The ref's are blind, part 94


----------



## BlackNRed (Feb 9, 2005)

What's the story with you guys calling Joel, Jorel?


----------



## Wade2Bosh (Mar 31, 2004)

44-43 Orlando at the half

Hopefully Wade shows up in the 2nd half


----------



## Jace (Sep 26, 2005)

Ok what's up with JORell tonight? He knows theyre talking about him. At first I was wondering why the hell Chalmers took all that time, just to give the ball to Joel in the mid-post with Beasley on the floor. Still a bad idea, but it worked out this time.


----------



## Smithian (Apr 3, 2006)

I call Joel "Mr. Sixth Man of the Year". That or "Future Franchise Center".


----------



## Wade2Bosh (Mar 31, 2004)

Heated said:


> What's the story with you guys calling Joel, Jorel?


Jor-El is Supermans dad's name.


----------



## Jace (Sep 26, 2005)

I believe its now safe to say Wade has spent most of this season in a funk. It looks like he's taking the "play yourself into shape/rhythm" technique this year. This is easily the most unimpressive his body has looked since the XX season, and he's taking (and missing) way too many jumpers. Hopefully he can get with it and just play smart in the second half. If our defense holds and he can be solid, yet unspectacular, we may be able to pull this one out.


----------



## HB (May 1, 2004)

Jason Williams must like playing his old team, Heat dont look too shabby against one of the best teams in the league.


----------



## Wade County (Jun 22, 2003)

I dont think ive seen Wade play this bad, ever. Including the Atlanta game a few days ago. He's really gotta get outta this rut.

JO is stinking it up also. JJ and Beas carrying the offensive load.


----------



## BlackNRed (Feb 9, 2005)

Wade2Bease said:


> Jor-El is Supermans dad's name.


Oh, gotcha. :laugh:


----------



## Wade County (Jun 22, 2003)

:laugh: I had NO idea that's why we call him JoREL - i figured it was because thats how Eric and Tony pronounce his name! :laugh:!!!


----------



## Smithian (Apr 3, 2006)

Does anyone else like JO getting after Dwight's butt after Dwight elbowed him? This team has some fire. Even discounting a possible big move, this team in the playoffs plus an average Wade is going to be pretty nasty.


----------



## BlackNRed (Feb 9, 2005)

Stop whining Dwyane.


----------



## Jace (Sep 26, 2005)

Wade's reeeaaaaaaaally been hurting us. I'd like to see Chalmers get more aggressive to make up for Wade's lethargy and blunders.


----------



## Smithian (Apr 3, 2006)

Really Wade? Dumb pull up then cost us a possession with a T? Thanks, bud, thanks.


----------



## Dee-Zy (Jan 12, 2006)

Smart move by JJ getting the foul on VC!


----------



## Wade County (Jun 22, 2003)

Nice J by Mike.

JWill lightin Mario up...bad sign...


----------



## Jace (Sep 26, 2005)

I knew J-Will would look nasty against us. Enjoy the other 68 dog-anus games from him Orlando.


----------



## myst (Feb 22, 2006)

I understand why Wade got that T, he has been getting beaten up and isn't getting any calls


----------



## Jace (Sep 26, 2005)

Anyone see that shot Wade just made after he got fouled?

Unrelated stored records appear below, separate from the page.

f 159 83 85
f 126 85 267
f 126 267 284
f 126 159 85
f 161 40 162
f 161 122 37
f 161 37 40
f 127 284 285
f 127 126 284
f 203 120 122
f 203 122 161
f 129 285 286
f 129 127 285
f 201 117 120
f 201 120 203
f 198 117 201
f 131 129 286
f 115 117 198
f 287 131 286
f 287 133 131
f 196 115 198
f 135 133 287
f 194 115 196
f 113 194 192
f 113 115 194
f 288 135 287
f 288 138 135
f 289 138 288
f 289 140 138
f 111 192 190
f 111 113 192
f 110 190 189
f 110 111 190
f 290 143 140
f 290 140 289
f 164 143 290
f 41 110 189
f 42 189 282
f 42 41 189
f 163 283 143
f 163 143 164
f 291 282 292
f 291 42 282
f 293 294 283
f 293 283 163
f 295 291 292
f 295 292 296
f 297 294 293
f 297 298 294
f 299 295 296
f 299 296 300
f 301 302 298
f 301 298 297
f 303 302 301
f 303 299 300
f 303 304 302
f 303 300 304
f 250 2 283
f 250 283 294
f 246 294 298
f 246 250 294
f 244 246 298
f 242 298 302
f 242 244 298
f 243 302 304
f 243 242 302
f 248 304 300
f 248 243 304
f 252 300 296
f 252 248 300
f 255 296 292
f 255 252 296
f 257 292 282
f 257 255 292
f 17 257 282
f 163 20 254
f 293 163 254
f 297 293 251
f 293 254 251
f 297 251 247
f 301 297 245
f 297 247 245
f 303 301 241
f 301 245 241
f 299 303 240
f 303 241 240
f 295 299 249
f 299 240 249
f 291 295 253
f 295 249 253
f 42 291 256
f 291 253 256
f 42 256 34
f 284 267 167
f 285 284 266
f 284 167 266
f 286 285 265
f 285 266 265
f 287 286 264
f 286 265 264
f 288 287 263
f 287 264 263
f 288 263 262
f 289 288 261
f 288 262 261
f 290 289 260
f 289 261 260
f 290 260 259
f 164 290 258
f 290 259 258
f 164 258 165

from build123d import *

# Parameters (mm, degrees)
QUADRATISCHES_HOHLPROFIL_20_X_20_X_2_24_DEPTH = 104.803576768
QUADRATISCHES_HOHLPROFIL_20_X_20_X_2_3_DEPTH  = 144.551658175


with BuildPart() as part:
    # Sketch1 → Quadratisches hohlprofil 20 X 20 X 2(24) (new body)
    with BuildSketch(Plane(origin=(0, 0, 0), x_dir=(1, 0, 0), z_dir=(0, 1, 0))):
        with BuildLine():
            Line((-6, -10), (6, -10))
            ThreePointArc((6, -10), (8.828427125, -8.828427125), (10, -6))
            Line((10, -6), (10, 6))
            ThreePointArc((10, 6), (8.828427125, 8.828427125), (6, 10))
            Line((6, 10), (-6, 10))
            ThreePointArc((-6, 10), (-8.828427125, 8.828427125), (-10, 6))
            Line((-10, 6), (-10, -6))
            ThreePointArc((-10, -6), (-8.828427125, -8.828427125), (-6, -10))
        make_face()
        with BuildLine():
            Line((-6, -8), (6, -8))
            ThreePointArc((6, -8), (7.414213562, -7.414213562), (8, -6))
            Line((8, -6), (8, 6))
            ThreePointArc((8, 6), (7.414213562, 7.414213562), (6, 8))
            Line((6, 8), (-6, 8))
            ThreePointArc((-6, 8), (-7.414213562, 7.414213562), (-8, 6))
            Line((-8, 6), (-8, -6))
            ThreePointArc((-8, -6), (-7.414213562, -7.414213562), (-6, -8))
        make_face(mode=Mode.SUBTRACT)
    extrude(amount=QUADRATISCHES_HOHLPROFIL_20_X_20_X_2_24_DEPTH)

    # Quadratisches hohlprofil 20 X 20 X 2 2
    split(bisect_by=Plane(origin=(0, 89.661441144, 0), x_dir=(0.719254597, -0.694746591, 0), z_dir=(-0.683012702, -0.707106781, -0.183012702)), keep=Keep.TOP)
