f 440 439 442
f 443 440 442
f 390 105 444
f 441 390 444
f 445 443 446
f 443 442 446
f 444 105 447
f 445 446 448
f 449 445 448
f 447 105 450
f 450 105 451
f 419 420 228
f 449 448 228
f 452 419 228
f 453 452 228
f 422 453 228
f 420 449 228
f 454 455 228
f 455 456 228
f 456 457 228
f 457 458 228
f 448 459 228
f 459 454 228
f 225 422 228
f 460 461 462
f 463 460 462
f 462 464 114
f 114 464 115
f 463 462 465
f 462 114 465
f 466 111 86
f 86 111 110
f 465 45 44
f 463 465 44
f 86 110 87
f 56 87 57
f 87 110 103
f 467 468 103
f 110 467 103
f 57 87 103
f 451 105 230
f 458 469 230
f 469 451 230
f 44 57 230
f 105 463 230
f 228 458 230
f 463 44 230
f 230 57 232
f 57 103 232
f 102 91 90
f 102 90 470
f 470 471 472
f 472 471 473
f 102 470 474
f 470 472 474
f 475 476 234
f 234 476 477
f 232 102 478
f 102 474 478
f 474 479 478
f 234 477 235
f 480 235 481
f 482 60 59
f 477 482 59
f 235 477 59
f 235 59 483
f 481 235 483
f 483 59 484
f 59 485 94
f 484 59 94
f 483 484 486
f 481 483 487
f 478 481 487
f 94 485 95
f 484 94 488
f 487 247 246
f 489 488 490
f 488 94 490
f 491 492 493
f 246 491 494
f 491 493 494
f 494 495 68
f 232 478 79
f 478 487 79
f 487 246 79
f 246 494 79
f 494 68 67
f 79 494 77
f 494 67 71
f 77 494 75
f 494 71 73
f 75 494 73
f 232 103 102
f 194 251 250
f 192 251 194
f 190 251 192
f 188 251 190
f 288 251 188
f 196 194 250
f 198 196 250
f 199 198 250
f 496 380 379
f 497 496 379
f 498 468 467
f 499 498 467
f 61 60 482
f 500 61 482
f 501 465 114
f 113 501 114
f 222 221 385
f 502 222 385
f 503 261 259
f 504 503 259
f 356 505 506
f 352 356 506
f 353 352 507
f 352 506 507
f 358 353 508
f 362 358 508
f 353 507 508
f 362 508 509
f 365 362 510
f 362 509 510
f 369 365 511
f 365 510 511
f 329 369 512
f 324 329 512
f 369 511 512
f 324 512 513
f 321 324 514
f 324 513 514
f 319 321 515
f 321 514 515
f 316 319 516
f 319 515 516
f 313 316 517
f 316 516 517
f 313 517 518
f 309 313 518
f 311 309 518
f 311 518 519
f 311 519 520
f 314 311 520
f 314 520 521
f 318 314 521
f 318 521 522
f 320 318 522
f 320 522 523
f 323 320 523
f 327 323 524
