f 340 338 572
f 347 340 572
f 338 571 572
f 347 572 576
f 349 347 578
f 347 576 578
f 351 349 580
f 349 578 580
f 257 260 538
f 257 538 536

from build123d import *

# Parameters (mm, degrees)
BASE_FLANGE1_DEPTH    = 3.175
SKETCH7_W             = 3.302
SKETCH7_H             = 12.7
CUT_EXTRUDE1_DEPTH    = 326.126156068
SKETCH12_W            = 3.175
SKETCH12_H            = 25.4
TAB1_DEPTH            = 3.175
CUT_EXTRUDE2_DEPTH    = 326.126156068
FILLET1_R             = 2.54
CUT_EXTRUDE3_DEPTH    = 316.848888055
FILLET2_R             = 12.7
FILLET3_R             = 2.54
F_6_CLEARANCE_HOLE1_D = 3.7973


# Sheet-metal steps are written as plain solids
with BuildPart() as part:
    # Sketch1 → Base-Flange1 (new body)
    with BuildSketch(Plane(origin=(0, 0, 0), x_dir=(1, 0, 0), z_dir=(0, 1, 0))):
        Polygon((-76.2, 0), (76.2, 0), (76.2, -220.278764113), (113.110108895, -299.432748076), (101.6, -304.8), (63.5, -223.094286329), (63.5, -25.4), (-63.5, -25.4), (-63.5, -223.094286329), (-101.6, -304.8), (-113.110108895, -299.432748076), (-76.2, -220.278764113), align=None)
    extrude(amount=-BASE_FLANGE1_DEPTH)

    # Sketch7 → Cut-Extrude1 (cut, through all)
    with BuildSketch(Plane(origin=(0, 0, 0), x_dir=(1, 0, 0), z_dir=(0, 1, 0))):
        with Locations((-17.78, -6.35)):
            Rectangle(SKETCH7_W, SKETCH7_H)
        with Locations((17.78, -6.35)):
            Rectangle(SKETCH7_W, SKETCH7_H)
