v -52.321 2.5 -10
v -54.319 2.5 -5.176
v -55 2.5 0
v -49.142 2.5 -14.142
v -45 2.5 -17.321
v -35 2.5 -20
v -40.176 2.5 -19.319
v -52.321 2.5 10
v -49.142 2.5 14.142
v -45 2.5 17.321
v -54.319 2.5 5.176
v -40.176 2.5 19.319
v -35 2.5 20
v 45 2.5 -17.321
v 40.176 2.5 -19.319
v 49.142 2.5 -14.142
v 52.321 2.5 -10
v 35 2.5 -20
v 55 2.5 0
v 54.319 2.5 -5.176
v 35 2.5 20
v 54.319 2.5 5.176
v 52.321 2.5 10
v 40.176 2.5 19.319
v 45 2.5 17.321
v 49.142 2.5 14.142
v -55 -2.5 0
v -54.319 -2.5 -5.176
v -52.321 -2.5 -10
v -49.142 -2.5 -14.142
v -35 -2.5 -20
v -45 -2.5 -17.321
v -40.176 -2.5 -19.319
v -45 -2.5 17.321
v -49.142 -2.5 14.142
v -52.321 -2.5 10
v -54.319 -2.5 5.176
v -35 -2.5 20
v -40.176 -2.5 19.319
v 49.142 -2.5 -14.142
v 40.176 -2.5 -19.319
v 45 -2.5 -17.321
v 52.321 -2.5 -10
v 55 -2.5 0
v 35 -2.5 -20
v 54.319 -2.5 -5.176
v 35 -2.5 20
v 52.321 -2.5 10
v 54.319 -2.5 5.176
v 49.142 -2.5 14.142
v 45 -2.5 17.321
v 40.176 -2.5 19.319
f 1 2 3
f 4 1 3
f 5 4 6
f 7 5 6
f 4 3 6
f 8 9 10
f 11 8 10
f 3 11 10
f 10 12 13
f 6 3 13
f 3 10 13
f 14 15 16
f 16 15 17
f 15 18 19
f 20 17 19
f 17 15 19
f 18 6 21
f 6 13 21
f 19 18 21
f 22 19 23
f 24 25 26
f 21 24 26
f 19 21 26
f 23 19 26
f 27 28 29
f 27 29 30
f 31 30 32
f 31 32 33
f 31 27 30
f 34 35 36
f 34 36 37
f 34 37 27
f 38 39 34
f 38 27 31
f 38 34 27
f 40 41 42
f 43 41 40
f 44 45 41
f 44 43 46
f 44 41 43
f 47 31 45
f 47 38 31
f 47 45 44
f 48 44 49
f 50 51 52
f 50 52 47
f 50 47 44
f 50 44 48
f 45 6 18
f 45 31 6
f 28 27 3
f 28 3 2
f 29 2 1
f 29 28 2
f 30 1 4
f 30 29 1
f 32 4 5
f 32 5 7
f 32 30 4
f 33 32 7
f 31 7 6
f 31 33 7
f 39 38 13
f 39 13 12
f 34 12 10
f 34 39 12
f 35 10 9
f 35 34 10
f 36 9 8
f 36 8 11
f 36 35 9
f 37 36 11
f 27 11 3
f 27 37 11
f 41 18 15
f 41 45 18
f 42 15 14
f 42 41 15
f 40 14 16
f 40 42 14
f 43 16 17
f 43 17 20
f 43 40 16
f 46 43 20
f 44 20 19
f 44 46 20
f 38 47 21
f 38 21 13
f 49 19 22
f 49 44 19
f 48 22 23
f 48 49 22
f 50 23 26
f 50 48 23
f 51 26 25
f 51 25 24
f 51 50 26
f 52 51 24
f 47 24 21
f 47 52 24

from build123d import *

# Parameters (mm, degrees)
F0_R     = 12.5
F1_DEPTH = 2.5


with BuildPart() as f1:
    # F0 (on Front) → F1 (new body, symmetric)
    with BuildSketch(Plane.XZ):
        with BuildLine():
            ThreePointArc((55, 0), (49.142136, 14.142136), (35, 20))
            Line((35, 20), (-35, 20))
            ThreePointArc((-35, 20), (-49.142136, 14.142136), (-55, 0))
            ThreePointArc((-55, 0), (-49.142136, -14.142136), (-35, -20))
            Line((-35, -20), (35, -20))
            ThreePointArc((35, -20), (49.142136, -14.142136), (55, 0))
        make_face()
        with Locations((35, 0)):
            Circle(F0_R, mode=Mode.SUBTRACT)
        with Locations((35, 0)):
            Circle(F0_R)
    extrude(amount=F1_DEPTH, both=True)


solid = f1.part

Why not stuff like that during the game D?


----------



## Wade County (Jun 22, 2003)

Too many J's from Wade, take it to the rack man!


----------



## Wade2Bosh (Mar 31, 2004)

J-Will is killing Mario.


----------



## Jace (Sep 26, 2005)

Sorry to keep complaining about Our Boy, but it seems like he's determined to shoot the worst FG% of his career.

JO misses two free throws, JWill hits a three.

Of course


----------



## Wade County (Jun 22, 2003)

JWill...again...


----------



## Dee-Zy (Jan 12, 2006)

I'm actually pleased with our offensive rebounds this half so far.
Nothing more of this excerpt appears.